Our first platform technology involves the integration of a CD2 costimulatory domain designed to counter a target- independent mechanism that leads to resistance to CAR T cells and other immune therapies. The strength and quality of a T-cell response is dependent not only on cognate antigen recognition, but also on costimulation, which involves interaction of one or more costimulatory receptors on T cells, such as CD2, with ligands expressed on the surface of tumor cells. Tumor cells can escape CAR T-cell destruction by downregulating the expression of ligands for the costimulatory receptors. These ligands include CD58, the ligand of the CD2 costimulatory receptor. Alteration of CD58 expression is associated with poor prognosis in LBCL and leads to lack of response to CD19 CAR T cells. Through our platform approach, we created constructs that couple CD2 signaling directly to CAR activation, to enhance activation of the CAR T cells against tumors that do not express CD58.

Cargo_Specialty-GFX_Antigen-Escape_02.17.23

Our STASH platform is designed to enable multiplex engineering of a variety of immune cell types. This platform allows us to incorporate multiple transgene therapeutic “cargo” designed to enhance CAR T-cell persistence and trafficking to tumor lesions, as well as to help safeguard against tumor resistance and T-cell exhaustion. Engineering a multifunctional cell requires the introduction of additional genetic elements that often do not fit within the payload capacity of a single lentiviral vector, requiring the use of multiple vectors. However, engineering cells with multiple vectors typically results in a heterogeneous cell product, and we are unaware of an efficient way to generate a homogenous CAR T-cell product using existing viral vector systems. Our STASH platform is designed to address this problem by employing a technology that selects only cells that possess all of the desired transgenes, which enables the production of a homogeneous population of CAR T-cells produced using more than one delivery vector.

We believe this technology will allow us to efficiently incorporate more genetic elements into our CAR T-cells with the goal of enhancing the potential for efficacy, persistence and safety.

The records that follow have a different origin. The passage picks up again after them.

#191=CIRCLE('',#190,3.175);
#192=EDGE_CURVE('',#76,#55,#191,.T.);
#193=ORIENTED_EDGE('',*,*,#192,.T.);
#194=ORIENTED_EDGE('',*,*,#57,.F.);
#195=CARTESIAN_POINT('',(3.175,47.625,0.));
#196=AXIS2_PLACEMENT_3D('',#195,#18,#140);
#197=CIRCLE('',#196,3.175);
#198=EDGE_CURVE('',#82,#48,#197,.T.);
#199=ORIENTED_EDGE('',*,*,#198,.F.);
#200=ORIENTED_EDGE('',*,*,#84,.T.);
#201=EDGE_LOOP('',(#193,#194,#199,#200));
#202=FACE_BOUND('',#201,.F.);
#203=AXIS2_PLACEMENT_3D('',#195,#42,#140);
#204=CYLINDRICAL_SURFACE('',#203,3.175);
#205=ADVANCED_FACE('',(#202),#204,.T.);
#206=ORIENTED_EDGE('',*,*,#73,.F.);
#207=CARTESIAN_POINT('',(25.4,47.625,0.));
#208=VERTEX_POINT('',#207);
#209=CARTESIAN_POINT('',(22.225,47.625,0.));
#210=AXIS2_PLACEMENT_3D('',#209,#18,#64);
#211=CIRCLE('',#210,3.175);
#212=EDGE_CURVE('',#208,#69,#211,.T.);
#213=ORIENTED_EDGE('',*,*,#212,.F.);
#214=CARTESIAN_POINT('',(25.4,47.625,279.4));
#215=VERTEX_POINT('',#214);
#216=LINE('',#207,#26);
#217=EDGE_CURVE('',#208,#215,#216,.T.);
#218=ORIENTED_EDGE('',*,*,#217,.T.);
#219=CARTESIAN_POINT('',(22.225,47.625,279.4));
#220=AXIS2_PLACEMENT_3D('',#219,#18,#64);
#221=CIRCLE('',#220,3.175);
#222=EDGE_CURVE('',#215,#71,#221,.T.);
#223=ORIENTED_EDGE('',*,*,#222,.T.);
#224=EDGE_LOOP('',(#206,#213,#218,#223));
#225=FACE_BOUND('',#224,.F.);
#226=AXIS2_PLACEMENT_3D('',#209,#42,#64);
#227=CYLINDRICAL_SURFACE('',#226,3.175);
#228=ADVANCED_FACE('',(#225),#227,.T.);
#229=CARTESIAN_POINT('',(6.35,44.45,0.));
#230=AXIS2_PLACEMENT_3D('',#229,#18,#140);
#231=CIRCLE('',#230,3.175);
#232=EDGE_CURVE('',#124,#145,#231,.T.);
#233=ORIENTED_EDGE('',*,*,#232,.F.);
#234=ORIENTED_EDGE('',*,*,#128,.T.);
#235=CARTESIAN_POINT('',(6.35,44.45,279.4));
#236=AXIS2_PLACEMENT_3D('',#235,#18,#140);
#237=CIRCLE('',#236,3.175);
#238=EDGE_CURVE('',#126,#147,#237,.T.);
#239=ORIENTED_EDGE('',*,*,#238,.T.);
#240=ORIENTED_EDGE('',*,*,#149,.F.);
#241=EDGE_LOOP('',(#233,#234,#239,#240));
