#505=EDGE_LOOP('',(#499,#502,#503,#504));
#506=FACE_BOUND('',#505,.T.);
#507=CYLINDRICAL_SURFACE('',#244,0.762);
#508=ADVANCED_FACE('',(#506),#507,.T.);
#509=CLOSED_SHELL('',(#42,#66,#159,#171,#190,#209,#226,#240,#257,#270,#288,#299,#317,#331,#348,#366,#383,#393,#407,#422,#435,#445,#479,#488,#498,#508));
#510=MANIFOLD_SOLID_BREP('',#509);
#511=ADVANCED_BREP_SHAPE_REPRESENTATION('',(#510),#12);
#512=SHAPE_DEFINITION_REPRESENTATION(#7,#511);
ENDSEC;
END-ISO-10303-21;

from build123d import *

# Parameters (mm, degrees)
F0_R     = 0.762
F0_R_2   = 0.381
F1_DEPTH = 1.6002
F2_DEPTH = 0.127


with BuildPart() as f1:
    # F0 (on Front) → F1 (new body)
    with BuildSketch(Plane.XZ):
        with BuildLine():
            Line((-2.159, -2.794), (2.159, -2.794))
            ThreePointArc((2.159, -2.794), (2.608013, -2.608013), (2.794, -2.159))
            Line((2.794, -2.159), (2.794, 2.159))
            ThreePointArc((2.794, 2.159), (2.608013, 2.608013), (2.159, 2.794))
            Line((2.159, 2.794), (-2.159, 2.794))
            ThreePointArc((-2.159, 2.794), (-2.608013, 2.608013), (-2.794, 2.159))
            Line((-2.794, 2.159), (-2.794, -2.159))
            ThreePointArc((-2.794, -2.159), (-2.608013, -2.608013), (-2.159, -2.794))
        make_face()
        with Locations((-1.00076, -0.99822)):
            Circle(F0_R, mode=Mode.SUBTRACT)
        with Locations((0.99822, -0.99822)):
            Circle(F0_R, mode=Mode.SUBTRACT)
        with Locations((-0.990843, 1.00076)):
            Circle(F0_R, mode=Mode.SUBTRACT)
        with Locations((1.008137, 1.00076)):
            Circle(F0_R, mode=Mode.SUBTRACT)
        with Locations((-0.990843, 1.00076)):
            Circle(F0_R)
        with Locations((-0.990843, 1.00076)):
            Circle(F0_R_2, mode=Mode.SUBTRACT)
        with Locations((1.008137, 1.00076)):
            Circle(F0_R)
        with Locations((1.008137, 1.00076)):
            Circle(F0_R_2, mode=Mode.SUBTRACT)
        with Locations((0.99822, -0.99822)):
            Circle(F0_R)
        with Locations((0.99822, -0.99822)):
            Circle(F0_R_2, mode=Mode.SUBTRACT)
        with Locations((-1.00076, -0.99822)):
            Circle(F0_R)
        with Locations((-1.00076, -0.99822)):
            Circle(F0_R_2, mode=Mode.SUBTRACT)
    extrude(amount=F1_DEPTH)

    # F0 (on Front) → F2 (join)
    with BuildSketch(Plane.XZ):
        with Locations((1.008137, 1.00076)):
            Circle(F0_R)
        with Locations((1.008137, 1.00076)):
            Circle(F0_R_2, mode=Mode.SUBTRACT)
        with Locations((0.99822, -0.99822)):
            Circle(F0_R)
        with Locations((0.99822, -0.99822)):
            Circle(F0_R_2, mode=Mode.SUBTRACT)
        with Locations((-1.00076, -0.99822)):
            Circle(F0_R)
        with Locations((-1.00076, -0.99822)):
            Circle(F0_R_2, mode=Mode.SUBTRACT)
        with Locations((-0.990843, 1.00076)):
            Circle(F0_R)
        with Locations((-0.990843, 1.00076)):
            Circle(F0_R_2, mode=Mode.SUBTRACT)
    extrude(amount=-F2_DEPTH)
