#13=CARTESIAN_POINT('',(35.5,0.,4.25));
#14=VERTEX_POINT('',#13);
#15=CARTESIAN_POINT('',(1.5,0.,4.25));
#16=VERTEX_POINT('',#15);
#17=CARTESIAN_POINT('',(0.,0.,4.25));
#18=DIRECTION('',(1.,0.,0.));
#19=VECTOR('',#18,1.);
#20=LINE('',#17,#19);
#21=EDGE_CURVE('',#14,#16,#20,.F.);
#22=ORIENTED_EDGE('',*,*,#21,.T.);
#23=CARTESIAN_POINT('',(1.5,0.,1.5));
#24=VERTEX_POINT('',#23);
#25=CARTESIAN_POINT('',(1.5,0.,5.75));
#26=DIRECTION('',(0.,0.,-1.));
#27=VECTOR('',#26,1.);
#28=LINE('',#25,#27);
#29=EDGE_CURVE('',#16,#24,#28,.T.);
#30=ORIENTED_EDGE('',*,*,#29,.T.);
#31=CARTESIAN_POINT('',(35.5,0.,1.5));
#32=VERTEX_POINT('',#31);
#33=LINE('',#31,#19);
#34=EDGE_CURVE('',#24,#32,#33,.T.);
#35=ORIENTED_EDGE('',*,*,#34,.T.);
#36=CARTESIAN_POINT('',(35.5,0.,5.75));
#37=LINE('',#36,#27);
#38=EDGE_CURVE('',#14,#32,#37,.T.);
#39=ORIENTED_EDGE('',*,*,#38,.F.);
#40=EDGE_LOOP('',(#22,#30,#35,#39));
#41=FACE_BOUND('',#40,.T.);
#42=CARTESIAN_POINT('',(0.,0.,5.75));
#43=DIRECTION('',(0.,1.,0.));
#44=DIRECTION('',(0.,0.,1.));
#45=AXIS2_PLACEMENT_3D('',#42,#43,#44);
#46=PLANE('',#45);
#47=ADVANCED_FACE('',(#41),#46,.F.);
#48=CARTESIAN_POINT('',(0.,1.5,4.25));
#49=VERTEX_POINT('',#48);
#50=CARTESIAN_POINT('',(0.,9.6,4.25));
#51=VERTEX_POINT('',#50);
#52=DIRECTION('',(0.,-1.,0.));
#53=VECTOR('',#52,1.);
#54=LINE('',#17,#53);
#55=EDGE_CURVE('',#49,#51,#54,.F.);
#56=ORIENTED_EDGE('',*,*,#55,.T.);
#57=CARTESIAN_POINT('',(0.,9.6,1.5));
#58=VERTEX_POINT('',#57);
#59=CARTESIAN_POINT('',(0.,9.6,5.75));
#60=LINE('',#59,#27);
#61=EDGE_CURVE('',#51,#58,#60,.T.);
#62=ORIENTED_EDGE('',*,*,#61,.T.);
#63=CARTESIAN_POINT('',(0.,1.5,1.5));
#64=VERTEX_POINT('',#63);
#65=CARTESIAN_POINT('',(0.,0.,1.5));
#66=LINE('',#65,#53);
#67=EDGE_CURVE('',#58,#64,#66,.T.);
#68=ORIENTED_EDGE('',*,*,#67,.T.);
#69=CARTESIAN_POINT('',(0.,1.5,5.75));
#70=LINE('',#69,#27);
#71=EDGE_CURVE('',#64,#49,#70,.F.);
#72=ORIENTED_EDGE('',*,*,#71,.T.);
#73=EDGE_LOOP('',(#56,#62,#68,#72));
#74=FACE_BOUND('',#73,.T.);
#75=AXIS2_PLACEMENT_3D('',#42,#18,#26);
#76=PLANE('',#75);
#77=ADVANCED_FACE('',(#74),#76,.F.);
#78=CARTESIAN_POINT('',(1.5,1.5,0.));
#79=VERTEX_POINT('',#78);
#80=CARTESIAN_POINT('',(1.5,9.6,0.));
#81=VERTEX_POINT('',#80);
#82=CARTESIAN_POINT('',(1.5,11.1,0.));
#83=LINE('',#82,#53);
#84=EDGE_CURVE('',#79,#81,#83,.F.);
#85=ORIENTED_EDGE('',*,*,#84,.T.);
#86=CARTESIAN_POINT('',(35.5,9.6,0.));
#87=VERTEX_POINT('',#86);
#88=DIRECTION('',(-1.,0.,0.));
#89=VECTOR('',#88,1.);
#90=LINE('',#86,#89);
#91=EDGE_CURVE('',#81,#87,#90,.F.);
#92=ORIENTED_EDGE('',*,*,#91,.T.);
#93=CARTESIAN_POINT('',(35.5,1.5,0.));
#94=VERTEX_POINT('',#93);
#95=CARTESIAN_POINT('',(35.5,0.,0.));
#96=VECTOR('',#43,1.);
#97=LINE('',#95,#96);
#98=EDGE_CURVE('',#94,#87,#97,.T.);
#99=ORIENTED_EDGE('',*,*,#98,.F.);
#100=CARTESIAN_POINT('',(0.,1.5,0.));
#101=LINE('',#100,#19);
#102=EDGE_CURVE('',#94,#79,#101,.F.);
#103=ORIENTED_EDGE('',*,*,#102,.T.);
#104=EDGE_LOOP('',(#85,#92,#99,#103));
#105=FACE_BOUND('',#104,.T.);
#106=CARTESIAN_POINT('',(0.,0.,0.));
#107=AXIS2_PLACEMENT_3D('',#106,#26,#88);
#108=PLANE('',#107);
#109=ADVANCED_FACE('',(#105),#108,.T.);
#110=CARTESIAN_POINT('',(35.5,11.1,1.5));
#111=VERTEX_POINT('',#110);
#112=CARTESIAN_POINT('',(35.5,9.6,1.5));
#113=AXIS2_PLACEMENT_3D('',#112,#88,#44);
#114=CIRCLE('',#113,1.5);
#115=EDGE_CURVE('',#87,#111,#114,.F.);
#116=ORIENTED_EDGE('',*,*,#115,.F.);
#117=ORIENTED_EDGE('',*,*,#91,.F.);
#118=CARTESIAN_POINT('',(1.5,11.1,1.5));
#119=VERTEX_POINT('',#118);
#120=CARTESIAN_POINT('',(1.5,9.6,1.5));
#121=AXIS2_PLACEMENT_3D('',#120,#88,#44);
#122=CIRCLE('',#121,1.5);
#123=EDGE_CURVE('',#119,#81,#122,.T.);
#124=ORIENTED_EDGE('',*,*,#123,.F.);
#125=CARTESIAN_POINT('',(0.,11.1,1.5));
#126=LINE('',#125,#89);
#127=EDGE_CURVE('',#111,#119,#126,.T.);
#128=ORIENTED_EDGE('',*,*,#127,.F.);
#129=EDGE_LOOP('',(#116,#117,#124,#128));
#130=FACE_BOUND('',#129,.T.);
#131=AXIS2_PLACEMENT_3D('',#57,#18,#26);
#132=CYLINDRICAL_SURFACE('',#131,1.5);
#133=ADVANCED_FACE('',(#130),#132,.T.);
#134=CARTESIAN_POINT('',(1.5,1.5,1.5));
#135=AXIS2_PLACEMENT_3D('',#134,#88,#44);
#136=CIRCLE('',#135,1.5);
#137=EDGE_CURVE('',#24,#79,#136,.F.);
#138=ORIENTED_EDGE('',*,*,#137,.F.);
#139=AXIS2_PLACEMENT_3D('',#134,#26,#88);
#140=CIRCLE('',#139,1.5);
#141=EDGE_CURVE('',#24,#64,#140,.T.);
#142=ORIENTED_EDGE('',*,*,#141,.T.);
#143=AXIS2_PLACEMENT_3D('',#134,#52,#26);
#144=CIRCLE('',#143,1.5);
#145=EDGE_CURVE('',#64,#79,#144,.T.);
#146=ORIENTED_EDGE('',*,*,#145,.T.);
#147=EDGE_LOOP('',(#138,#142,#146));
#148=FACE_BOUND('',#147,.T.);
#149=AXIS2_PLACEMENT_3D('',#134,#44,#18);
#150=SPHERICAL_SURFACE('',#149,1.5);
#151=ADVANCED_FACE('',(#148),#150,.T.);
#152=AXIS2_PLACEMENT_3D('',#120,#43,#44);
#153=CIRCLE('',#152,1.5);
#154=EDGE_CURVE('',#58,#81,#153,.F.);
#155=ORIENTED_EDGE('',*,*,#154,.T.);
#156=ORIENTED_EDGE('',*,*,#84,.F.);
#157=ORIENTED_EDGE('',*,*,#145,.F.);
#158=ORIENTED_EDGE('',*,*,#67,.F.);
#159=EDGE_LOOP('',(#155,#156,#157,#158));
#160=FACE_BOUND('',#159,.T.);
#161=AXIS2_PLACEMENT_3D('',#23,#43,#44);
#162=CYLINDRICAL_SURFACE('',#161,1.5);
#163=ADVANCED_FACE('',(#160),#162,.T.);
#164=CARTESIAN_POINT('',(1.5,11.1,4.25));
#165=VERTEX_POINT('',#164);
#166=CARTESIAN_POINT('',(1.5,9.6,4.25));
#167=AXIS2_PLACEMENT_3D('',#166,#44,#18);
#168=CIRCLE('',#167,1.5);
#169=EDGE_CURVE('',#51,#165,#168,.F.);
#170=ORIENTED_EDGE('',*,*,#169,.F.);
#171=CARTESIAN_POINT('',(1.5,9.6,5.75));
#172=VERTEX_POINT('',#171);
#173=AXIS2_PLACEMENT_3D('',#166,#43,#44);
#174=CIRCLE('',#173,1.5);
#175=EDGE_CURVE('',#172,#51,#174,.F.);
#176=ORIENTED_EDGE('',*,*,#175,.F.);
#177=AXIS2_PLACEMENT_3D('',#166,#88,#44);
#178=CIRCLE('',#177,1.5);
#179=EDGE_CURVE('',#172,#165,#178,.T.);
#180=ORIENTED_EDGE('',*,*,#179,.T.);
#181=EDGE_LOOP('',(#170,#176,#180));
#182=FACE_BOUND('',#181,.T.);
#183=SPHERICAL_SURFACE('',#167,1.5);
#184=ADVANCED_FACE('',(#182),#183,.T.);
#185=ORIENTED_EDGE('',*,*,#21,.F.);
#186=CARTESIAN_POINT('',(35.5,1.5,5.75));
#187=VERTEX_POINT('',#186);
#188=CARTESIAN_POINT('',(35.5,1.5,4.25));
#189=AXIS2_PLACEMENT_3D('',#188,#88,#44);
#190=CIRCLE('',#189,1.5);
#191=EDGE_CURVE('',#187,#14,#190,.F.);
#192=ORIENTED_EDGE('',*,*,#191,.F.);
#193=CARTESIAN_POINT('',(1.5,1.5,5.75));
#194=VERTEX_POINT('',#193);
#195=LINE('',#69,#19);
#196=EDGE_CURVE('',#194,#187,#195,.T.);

STASH technology enables next-generation multiplex cell engineering

Tumors evolve to resist treatment, and novel approaches must be employed to address common resistance mechanisms. We are leveraging our proprietary platform technologies to enable the development of multi-specific and multi-functional cancer product candidates designed to improve outcomes and survival by addressing multiple mechanisms of resistance and other unmet needs.